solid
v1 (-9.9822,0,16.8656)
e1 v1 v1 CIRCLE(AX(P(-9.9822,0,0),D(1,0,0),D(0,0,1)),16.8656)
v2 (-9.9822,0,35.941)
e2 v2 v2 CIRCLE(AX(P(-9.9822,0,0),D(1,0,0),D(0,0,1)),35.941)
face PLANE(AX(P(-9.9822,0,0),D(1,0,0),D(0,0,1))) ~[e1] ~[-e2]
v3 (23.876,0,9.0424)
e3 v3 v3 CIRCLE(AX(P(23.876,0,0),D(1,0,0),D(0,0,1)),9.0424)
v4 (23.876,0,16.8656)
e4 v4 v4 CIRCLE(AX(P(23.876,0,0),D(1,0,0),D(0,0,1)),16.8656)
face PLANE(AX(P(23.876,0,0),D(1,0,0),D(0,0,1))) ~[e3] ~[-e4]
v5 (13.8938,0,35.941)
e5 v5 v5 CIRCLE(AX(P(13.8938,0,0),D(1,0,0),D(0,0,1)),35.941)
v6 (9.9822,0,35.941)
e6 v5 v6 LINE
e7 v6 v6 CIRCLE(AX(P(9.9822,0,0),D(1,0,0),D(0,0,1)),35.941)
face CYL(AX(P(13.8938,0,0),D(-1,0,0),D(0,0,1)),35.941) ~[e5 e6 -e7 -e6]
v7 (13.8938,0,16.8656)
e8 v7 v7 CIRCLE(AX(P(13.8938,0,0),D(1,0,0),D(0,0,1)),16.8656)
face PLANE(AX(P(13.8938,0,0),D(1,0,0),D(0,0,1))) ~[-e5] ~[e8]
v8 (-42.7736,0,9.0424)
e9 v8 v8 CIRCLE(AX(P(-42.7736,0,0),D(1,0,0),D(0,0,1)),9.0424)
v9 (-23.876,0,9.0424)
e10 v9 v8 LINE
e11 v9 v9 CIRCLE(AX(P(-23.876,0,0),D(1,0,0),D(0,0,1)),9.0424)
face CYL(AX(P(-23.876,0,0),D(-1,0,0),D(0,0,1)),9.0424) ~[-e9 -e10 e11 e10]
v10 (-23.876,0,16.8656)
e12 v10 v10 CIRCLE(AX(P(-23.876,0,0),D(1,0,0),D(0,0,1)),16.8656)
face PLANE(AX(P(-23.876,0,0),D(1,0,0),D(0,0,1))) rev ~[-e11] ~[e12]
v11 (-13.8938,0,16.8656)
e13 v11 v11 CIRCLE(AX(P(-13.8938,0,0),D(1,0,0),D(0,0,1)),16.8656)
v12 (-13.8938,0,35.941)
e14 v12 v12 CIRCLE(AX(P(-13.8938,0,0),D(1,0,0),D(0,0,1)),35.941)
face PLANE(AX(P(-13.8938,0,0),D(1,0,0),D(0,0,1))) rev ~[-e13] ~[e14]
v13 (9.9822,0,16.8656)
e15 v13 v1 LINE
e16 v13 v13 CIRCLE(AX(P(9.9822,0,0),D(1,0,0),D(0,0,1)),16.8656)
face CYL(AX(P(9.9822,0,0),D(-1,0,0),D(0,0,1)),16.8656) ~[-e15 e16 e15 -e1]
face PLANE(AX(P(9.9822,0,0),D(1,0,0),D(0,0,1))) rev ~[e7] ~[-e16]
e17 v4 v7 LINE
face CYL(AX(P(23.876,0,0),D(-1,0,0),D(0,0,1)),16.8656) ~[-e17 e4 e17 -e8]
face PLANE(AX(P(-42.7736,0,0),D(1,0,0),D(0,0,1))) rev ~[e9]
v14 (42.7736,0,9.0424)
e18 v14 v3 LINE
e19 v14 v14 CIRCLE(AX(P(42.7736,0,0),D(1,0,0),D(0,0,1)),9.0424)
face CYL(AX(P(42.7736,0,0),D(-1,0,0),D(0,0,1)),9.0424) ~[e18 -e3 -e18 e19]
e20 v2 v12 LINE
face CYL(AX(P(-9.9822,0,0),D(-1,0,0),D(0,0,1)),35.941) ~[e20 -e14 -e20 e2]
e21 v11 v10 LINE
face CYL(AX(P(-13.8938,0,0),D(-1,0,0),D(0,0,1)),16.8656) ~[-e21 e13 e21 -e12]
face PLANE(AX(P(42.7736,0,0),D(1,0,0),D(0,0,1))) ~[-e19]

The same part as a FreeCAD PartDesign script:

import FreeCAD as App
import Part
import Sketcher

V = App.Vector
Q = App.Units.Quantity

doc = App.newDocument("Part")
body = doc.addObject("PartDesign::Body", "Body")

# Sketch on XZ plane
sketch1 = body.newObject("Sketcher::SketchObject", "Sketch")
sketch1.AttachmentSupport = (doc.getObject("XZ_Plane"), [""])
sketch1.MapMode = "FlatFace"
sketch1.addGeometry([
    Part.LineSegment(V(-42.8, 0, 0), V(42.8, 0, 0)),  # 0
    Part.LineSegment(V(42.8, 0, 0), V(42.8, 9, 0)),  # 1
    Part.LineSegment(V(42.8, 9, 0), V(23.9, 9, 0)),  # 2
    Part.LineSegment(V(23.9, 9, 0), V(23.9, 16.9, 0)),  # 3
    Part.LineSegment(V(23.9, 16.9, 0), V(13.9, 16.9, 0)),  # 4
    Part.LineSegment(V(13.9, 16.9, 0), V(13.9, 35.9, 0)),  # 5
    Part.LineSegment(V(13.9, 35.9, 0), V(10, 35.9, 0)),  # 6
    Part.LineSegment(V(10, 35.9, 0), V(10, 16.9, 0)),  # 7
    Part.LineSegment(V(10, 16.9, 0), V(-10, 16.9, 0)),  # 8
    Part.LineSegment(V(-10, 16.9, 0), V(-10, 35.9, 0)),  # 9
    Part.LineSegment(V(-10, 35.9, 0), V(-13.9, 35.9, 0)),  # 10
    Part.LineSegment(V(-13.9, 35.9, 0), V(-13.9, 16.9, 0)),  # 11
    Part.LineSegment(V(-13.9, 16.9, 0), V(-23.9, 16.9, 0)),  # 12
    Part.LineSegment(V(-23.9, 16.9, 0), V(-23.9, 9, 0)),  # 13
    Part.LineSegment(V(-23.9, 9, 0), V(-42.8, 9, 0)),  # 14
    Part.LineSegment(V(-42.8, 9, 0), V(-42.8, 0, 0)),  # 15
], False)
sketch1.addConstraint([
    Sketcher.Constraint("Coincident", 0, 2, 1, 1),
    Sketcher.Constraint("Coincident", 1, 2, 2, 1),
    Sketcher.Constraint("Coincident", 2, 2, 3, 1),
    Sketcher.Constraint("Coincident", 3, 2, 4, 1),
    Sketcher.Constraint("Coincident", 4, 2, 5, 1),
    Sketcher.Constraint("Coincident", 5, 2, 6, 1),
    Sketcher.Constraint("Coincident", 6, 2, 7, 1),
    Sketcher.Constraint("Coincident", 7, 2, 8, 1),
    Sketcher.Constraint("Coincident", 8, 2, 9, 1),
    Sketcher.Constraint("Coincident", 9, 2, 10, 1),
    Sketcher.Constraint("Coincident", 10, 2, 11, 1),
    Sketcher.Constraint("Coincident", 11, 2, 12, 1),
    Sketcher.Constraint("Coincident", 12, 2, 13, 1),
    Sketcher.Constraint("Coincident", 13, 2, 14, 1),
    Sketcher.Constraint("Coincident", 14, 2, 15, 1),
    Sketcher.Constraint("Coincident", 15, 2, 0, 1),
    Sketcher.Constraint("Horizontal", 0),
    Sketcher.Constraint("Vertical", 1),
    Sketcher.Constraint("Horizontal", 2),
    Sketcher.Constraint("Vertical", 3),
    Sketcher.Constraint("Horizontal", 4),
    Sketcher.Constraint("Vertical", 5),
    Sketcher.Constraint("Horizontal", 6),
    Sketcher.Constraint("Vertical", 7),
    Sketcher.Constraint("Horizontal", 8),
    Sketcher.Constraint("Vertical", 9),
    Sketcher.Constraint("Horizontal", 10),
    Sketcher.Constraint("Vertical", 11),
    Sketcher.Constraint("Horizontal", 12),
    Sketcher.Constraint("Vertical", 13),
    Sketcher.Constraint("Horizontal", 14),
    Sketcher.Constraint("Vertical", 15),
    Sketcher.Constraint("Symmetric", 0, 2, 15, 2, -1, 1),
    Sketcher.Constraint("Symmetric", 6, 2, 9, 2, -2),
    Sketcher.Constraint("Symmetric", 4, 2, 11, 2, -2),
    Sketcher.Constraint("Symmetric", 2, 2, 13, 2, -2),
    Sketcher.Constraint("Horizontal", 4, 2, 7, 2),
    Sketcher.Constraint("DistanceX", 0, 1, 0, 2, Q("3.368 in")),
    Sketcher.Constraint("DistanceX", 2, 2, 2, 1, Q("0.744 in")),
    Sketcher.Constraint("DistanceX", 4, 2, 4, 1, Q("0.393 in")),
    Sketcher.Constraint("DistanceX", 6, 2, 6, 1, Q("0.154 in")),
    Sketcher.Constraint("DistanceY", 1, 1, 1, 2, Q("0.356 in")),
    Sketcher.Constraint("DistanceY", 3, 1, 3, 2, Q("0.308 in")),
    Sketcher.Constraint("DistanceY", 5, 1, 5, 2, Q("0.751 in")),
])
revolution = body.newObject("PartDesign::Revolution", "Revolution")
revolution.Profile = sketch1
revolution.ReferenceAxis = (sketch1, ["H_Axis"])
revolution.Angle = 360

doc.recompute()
--------------------------------
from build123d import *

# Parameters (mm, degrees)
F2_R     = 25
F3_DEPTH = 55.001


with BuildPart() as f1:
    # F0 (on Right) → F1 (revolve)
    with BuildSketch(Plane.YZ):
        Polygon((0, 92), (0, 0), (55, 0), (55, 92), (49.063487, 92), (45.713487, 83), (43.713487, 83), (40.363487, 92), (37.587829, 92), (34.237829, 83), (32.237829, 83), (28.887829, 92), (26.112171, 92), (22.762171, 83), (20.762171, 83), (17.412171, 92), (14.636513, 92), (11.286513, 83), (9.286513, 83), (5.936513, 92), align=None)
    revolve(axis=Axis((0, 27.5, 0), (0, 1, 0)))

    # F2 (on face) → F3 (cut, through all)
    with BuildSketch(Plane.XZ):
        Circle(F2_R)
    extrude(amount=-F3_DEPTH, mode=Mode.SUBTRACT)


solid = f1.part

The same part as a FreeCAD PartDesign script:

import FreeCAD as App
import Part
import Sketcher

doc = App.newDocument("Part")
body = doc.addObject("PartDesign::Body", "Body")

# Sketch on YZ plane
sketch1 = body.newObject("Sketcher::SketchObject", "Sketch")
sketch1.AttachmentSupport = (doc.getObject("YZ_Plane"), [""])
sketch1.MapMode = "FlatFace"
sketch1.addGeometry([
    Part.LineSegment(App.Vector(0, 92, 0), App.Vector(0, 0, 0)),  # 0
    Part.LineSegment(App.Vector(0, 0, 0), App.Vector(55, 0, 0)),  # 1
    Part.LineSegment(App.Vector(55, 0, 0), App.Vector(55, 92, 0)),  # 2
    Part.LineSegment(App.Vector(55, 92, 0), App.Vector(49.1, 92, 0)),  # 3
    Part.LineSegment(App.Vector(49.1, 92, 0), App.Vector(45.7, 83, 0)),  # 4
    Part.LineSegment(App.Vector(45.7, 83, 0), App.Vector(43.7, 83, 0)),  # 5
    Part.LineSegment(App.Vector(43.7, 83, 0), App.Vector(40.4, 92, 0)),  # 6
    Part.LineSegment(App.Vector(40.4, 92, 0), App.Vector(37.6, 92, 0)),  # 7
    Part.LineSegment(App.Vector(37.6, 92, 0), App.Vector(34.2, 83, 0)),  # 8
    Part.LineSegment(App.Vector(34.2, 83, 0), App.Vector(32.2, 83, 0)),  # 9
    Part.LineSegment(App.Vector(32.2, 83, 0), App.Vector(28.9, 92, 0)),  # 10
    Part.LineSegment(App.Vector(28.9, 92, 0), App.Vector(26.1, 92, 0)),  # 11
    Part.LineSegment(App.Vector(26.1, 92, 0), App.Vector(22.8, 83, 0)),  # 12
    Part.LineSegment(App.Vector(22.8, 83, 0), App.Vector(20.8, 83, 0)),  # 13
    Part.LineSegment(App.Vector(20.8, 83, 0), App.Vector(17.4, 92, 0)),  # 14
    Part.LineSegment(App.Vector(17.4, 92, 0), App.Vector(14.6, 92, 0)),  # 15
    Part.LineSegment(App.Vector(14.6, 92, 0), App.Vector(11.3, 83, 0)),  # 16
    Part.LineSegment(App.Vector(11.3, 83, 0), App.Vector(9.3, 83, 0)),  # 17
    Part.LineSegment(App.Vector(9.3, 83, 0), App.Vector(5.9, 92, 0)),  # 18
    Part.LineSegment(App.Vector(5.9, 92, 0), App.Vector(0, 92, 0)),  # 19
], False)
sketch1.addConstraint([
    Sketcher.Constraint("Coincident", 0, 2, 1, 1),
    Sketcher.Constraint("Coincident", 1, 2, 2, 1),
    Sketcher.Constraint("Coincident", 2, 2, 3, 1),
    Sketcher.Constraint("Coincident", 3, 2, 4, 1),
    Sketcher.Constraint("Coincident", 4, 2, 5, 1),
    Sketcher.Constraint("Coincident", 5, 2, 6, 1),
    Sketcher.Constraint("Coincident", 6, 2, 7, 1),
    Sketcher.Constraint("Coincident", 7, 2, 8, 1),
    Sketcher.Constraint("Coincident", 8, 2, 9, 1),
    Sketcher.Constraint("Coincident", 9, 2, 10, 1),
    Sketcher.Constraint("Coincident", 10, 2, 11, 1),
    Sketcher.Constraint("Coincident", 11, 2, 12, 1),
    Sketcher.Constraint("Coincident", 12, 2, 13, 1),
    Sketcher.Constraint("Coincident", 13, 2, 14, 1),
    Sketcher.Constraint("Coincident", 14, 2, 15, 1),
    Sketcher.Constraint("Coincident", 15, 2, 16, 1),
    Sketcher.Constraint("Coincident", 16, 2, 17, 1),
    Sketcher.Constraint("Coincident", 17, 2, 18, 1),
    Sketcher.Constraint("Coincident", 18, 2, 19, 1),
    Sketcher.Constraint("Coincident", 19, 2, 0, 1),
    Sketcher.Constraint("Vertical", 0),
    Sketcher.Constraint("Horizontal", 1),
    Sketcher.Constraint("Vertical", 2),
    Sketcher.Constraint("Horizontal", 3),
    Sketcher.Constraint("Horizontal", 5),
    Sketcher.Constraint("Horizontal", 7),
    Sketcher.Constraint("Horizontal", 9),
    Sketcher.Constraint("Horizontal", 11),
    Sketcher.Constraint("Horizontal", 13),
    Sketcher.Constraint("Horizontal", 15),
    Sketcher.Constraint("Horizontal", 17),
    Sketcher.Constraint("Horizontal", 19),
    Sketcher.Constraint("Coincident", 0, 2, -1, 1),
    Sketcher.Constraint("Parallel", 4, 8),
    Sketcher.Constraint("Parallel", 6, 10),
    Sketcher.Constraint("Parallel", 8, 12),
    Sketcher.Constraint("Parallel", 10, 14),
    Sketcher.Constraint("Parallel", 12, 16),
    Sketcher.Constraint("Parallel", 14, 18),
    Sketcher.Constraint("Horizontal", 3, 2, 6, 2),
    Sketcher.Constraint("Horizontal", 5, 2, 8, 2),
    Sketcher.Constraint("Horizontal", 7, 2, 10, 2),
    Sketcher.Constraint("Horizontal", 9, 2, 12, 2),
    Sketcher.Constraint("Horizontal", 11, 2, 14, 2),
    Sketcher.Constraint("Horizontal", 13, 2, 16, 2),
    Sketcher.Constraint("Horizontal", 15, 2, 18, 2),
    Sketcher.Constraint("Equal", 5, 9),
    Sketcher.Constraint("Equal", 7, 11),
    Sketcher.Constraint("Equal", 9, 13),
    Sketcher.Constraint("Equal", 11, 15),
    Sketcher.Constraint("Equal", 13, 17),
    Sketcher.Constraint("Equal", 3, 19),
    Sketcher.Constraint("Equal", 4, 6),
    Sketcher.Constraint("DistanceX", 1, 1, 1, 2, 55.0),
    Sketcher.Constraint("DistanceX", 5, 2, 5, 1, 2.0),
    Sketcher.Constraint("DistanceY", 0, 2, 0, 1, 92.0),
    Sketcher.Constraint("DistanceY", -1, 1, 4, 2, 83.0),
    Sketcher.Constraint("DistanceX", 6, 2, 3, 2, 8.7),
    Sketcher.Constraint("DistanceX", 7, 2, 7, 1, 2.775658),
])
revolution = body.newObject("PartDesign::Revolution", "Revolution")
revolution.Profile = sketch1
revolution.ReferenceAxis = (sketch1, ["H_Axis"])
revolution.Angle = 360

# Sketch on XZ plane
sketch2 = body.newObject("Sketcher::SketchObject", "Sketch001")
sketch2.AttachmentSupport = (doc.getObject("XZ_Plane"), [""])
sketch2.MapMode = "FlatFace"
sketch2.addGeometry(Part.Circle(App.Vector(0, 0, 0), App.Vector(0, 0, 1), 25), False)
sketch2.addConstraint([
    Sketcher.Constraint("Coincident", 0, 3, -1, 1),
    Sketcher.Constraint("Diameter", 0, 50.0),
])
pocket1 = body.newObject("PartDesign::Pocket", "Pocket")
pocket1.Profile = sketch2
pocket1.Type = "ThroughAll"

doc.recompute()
--------------------------------
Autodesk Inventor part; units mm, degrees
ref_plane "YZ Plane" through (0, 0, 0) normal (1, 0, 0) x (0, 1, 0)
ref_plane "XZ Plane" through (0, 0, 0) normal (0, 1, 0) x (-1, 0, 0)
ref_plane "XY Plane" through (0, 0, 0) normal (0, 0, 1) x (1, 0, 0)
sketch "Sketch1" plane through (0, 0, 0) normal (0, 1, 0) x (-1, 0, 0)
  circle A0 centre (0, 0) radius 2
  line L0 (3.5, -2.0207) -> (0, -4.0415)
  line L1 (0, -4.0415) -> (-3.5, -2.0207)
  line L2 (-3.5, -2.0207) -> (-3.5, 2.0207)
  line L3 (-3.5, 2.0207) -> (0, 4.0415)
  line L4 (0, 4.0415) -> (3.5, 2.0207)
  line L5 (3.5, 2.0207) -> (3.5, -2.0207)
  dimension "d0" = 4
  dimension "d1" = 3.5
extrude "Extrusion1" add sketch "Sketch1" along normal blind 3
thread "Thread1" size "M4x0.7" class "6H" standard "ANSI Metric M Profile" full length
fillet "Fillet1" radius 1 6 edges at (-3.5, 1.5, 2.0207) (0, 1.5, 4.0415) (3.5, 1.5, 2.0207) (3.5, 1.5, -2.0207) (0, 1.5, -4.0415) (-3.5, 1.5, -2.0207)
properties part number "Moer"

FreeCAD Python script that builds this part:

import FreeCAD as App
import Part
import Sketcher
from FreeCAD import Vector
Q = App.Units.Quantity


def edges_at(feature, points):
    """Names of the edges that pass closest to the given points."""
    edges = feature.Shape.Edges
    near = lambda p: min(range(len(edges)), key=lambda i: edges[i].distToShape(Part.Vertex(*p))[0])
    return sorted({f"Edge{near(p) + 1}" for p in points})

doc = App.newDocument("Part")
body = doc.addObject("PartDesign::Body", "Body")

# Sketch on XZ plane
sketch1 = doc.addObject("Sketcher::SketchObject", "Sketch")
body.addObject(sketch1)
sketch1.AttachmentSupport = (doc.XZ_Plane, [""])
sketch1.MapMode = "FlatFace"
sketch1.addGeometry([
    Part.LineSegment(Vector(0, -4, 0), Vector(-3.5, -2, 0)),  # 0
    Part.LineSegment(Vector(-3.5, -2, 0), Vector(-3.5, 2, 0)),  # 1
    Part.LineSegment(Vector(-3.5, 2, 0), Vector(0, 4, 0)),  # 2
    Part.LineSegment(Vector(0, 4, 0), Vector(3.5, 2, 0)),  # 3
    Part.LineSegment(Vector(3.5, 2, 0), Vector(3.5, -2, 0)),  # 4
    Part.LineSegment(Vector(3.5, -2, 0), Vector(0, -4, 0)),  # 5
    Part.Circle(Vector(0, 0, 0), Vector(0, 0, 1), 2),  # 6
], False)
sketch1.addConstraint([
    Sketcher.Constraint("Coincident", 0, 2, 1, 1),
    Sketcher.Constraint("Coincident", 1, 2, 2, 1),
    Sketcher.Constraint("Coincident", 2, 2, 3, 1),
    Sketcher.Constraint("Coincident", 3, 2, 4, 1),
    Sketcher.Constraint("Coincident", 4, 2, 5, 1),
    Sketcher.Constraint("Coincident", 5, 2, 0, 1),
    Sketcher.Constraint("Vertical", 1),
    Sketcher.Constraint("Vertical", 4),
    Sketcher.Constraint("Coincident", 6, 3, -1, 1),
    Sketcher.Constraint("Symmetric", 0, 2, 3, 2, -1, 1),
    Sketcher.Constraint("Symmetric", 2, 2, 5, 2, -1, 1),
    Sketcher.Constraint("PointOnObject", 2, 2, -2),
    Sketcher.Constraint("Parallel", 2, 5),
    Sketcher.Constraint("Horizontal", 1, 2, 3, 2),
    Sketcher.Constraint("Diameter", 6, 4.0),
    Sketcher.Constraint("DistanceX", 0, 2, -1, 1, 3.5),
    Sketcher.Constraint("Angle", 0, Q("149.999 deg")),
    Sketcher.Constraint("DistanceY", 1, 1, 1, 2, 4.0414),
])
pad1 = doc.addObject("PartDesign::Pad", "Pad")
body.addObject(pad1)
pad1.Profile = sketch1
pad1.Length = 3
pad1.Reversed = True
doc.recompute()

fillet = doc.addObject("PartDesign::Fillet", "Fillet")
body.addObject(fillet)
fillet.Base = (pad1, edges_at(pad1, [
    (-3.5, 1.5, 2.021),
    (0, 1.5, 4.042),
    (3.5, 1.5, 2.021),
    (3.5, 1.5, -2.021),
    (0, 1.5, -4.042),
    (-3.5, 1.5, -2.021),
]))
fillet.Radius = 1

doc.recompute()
--------------------------------
- _Task description_
Everything in the material above from the line that has "face PLANE(AX(P(-23.876,0,0),D(1,0,0),D(0,0,1))) rev" through the line that has "face PLANE(AX(P(42.7736,0,0),D(1,0,0),D(0,0,1))) ~[-e19]" must be duplicated exactly, with no other lines given.

- _Response_
face PLANE(AX(P(-23.876,0,0),D(1,0,0),D(0,0,1))) rev ~[-e11] ~[e12]
v11 (-13.8938,0,16.8656)
e13 v11 v11 CIRCLE(AX(P(-13.8938,0,0),D(1,0,0),D(0,0,1)),16.8656)
v12 (-13.8938,0,35.941)
e14 v12 v12 CIRCLE(AX(P(-13.8938,0,0),D(1,0,0),D(0,0,1)),35.941)
face PLANE(AX(P(-13.8938,0,0),D(1,0,0),D(0,0,1))) rev ~[-e13] ~[e14]
v13 (9.9822,0,16.8656)
e15 v13 v1 LINE
e16 v13 v13 CIRCLE(AX(P(9.9822,0,0),D(1,0,0),D(0,0,1)),16.8656)
face CYL(AX(P(9.9822,0,0),D(-1,0,0),D(0,0,1)),16.8656) ~[-e15 e16 e15 -e1]
face PLANE(AX(P(9.9822,0,0),D(1,0,0),D(0,0,1))) rev ~[e7] ~[-e16]
e17 v4 v7 LINE
face CYL(AX(P(23.876,0,0),D(-1,0,0),D(0,0,1)),16.8656) ~[-e17 e4 e17 -e8]
face PLANE(AX(P(-42.7736,0,0),D(1,0,0),D(0,0,1))) rev ~[e9]
v14 (42.7736,0,9.0424)
e18 v14 v3 LINE
e19 v14 v14 CIRCLE(AX(P(42.7736,0,0),D(1,0,0),D(0,0,1)),9.0424)
face CYL(AX(P(42.7736,0,0),D(-1,0,0),D(0,0,1)),9.0424) ~[e18 -e3 -e18 e19]
e20 v2 v12 LINE
face CYL(AX(P(-9.9822,0,0),D(-1,0,0),D(0,0,1)),35.941) ~[e20 -e14 -e20 e2]
e21 v11 v10 LINE
face CYL(AX(P(-13.8938,0,0),D(-1,0,0),D(0,0,1)),16.8656) ~[-e21 e13 e21 -e12]
face PLANE(AX(P(42.7736,0,0),D(1,0,0),D(0,0,1))) ~[-e19]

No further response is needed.